Task to complete.
From the entries that follow, copy exactly the lines beginning at the line holding "#64=FACE_BOUND('',#63,.T.);" and continuing through the line holding "#77=LINE('',#69,#18);".

Extracted entries.
____________________

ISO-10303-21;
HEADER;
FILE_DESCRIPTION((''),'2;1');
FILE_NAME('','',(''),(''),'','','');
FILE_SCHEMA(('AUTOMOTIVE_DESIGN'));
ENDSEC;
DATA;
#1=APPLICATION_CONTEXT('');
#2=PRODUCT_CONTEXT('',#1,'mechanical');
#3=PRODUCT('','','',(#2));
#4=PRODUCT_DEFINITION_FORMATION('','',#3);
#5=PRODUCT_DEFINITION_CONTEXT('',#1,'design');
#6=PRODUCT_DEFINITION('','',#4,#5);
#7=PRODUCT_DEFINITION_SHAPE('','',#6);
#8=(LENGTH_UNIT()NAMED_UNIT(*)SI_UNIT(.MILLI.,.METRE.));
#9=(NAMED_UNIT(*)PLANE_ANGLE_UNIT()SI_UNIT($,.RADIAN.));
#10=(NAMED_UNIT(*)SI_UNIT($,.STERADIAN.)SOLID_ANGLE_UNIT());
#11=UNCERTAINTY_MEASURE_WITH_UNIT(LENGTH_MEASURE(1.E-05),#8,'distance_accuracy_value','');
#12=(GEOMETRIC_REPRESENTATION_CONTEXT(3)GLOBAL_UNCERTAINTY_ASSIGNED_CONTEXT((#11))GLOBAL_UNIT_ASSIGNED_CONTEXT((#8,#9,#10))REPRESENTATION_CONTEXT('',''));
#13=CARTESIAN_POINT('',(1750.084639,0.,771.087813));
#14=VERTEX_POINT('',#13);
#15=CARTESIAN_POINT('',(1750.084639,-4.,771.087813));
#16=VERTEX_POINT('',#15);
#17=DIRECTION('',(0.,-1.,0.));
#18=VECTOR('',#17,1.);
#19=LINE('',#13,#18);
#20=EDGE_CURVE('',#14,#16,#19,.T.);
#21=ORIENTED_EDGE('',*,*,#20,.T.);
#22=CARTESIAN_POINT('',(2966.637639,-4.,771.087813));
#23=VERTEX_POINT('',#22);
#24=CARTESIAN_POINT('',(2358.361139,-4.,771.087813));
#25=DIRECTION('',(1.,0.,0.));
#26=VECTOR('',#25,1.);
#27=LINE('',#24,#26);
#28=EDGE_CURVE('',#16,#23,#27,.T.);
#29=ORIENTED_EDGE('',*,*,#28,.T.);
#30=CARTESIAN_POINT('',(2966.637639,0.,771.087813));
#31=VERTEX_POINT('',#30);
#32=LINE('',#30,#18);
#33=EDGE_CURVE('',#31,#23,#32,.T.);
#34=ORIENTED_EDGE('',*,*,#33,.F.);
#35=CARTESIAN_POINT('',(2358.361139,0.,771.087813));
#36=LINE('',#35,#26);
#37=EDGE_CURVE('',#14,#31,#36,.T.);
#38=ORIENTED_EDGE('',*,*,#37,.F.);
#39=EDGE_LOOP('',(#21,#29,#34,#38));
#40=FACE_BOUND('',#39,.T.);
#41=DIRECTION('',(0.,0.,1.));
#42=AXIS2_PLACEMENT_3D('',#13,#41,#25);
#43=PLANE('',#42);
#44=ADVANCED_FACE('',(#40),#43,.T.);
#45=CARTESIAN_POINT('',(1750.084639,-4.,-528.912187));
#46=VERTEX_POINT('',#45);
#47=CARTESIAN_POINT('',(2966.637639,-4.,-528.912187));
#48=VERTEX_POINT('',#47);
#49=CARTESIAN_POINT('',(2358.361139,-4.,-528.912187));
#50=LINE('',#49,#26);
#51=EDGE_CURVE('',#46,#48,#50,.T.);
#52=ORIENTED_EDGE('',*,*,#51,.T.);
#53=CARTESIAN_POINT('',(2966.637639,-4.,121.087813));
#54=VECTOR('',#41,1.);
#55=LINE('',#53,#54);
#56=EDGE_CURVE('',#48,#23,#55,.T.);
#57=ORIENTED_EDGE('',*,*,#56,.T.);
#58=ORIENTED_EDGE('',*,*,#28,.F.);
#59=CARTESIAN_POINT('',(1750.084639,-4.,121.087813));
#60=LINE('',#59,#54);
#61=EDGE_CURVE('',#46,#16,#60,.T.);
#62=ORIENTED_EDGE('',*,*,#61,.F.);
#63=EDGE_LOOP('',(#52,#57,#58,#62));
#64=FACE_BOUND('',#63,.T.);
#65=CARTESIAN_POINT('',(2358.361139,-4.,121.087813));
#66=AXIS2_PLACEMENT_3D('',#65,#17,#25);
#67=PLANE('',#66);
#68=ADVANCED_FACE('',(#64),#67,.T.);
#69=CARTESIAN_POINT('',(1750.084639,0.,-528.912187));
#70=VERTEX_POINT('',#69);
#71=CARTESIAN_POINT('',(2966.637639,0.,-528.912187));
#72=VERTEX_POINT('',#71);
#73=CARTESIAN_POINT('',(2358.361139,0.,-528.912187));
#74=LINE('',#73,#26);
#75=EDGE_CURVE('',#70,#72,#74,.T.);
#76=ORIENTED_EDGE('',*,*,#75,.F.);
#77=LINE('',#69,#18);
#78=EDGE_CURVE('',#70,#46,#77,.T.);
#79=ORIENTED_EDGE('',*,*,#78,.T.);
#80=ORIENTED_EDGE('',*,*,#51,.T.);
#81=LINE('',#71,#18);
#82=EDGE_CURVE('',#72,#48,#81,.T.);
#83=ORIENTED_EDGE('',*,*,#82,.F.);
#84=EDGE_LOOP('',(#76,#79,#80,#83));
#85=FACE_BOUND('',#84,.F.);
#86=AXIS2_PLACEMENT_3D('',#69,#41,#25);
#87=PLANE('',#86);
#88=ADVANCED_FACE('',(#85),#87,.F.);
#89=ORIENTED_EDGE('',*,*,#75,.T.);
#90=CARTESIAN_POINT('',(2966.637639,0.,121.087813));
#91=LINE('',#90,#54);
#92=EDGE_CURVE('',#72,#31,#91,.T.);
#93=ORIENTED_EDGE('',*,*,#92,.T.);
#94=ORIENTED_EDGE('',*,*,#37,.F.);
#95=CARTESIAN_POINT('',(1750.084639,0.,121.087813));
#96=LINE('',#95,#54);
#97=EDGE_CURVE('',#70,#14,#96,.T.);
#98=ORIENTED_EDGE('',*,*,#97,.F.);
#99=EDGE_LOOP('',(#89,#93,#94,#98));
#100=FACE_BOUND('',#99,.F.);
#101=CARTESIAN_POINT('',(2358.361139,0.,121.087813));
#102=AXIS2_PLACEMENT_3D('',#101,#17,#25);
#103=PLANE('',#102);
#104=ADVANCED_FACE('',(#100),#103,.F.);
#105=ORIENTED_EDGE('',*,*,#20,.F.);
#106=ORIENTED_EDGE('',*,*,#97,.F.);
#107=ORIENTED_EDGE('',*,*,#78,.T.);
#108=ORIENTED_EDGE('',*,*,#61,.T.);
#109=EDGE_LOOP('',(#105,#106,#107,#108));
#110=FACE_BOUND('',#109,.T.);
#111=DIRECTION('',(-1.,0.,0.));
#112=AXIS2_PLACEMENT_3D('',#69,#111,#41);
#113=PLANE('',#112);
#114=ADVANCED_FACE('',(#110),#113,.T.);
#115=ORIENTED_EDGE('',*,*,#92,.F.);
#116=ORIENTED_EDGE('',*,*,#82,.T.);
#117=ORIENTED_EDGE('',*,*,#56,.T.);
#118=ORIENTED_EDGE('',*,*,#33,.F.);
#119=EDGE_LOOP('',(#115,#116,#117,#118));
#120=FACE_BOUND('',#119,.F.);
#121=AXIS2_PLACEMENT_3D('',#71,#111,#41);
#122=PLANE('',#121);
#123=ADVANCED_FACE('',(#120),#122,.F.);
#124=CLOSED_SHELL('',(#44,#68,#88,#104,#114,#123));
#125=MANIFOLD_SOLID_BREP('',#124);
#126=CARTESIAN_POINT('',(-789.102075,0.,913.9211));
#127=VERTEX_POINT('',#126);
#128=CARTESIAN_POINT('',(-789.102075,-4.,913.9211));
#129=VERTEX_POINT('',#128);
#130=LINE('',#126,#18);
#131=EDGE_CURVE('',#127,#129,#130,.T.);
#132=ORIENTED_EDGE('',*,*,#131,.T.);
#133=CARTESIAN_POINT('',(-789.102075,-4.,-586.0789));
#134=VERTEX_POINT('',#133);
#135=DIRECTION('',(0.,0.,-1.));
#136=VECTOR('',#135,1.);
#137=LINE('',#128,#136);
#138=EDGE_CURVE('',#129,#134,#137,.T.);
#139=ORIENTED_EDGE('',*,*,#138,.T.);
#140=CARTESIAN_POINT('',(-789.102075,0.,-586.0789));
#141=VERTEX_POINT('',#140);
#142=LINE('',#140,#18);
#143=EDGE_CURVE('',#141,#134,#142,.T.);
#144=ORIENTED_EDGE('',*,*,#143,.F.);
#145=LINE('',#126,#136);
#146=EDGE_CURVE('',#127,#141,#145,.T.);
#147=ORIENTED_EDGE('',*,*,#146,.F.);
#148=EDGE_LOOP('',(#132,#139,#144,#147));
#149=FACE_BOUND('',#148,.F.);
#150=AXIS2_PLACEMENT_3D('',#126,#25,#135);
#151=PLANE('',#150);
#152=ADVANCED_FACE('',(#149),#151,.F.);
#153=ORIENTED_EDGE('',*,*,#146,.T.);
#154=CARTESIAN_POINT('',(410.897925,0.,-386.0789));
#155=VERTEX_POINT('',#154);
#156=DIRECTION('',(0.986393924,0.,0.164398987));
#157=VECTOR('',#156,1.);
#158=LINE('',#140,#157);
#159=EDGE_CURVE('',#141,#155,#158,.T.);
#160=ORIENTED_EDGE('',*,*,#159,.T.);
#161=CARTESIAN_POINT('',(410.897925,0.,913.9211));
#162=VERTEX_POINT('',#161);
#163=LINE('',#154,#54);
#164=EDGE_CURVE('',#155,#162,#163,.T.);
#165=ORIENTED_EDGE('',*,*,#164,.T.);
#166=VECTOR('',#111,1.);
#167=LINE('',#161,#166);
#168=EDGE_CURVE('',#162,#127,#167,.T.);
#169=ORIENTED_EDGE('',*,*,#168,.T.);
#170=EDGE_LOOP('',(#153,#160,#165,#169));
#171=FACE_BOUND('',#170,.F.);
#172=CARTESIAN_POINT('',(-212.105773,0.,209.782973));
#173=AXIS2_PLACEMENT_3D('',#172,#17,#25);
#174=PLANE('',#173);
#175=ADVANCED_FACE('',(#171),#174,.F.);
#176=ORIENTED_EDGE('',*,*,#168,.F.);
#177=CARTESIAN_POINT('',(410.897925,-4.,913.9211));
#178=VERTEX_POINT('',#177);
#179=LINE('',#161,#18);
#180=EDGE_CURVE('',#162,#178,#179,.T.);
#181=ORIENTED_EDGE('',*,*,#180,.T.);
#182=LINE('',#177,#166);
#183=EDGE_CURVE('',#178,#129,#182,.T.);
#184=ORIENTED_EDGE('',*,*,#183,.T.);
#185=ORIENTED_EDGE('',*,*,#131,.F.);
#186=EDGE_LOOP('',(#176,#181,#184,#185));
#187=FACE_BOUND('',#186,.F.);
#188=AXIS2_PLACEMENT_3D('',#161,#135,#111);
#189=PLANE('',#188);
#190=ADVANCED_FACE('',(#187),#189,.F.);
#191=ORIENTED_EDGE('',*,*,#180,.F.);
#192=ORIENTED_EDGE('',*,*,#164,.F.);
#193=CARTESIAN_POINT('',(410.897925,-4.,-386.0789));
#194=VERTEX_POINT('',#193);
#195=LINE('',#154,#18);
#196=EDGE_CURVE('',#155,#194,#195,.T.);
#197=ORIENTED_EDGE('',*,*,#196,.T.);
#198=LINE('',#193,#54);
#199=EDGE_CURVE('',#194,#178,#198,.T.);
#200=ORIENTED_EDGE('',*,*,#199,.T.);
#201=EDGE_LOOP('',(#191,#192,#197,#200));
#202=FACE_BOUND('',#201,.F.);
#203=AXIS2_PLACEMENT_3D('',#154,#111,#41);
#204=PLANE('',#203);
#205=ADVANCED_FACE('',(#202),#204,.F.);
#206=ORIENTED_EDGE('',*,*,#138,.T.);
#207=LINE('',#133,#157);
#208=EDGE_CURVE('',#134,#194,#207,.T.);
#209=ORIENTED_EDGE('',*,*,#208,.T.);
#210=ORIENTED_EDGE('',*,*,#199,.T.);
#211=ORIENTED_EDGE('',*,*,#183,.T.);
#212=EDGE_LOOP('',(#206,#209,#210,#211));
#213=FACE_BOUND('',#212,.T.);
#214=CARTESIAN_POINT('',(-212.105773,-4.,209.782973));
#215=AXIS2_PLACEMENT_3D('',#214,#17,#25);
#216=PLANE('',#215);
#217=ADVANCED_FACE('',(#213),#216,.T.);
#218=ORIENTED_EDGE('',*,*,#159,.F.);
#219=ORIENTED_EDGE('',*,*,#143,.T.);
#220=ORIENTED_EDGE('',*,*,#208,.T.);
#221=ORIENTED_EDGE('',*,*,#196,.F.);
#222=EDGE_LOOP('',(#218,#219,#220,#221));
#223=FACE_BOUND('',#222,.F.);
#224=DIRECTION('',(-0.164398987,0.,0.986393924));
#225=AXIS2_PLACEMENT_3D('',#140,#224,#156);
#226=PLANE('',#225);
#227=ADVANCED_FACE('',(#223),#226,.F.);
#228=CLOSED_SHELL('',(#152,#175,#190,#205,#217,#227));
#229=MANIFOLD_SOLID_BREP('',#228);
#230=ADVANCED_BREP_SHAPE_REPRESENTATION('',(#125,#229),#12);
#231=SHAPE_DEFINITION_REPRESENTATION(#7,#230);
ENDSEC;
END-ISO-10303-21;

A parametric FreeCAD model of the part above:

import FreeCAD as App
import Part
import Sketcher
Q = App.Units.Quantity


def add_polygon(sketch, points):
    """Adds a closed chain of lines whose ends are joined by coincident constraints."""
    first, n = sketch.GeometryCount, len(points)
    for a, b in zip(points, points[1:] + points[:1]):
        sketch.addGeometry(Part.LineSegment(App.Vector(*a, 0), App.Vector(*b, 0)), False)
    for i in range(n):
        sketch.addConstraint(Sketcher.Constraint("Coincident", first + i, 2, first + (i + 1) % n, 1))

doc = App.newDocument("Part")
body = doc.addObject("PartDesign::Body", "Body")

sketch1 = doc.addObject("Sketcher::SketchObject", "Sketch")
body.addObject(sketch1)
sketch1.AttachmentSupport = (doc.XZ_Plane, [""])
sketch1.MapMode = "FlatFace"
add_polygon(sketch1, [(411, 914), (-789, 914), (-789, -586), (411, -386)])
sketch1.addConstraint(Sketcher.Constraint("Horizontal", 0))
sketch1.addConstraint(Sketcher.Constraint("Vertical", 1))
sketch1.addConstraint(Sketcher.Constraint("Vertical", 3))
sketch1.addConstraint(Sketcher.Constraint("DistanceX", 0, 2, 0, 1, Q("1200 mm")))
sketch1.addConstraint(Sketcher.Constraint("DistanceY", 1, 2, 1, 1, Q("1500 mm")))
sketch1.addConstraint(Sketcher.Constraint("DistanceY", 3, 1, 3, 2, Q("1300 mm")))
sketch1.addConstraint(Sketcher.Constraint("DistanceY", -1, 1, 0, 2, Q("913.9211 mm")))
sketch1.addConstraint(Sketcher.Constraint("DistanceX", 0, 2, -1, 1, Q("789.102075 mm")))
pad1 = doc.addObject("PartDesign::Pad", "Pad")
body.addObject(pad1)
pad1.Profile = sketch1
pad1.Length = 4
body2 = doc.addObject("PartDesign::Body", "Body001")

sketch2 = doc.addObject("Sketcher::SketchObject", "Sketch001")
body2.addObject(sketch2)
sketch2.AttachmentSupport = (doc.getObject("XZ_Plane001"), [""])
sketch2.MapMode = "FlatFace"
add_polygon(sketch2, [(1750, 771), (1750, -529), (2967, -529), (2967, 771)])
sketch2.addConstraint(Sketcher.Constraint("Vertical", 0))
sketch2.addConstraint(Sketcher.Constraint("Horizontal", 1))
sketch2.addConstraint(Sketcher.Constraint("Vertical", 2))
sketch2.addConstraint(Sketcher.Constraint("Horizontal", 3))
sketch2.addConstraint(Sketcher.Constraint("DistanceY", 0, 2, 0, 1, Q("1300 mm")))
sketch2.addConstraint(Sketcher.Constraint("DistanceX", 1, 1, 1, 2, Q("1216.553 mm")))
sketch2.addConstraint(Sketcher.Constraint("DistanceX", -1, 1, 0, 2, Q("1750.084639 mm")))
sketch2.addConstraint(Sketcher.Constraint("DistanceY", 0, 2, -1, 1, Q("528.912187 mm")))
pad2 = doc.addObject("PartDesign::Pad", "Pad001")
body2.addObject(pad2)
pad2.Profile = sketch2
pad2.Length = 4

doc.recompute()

____________________

Exercise solution.
#64=FACE_BOUND('',#63,.T.);
#65=CARTESIAN_POINT('',(2358.361139,-4.,121.087813));
#66=AXIS2_PLACEMENT_3D('',#65,#17,#25);
#67=PLANE('',#66);
#68=ADVANCED_FACE('',(#64),#67,.T.);
#69=CARTESIAN_POINT('',(1750.084639,0.,-528.912187));
#70=VERTEX_POINT('',#69);
#71=CARTESIAN_POINT('',(2966.637639,0.,-528.912187));
#72=VERTEX_POINT('',#71);
#73=CARTESIAN_POINT('',(2358.361139,0.,-528.912187));
#74=LINE('',#73,#26);
#75=EDGE_CURVE('',#70,#72,#74,.T.);
#76=ORIENTED_EDGE('',*,*,#75,.F.);
#77=LINE('',#69,#18);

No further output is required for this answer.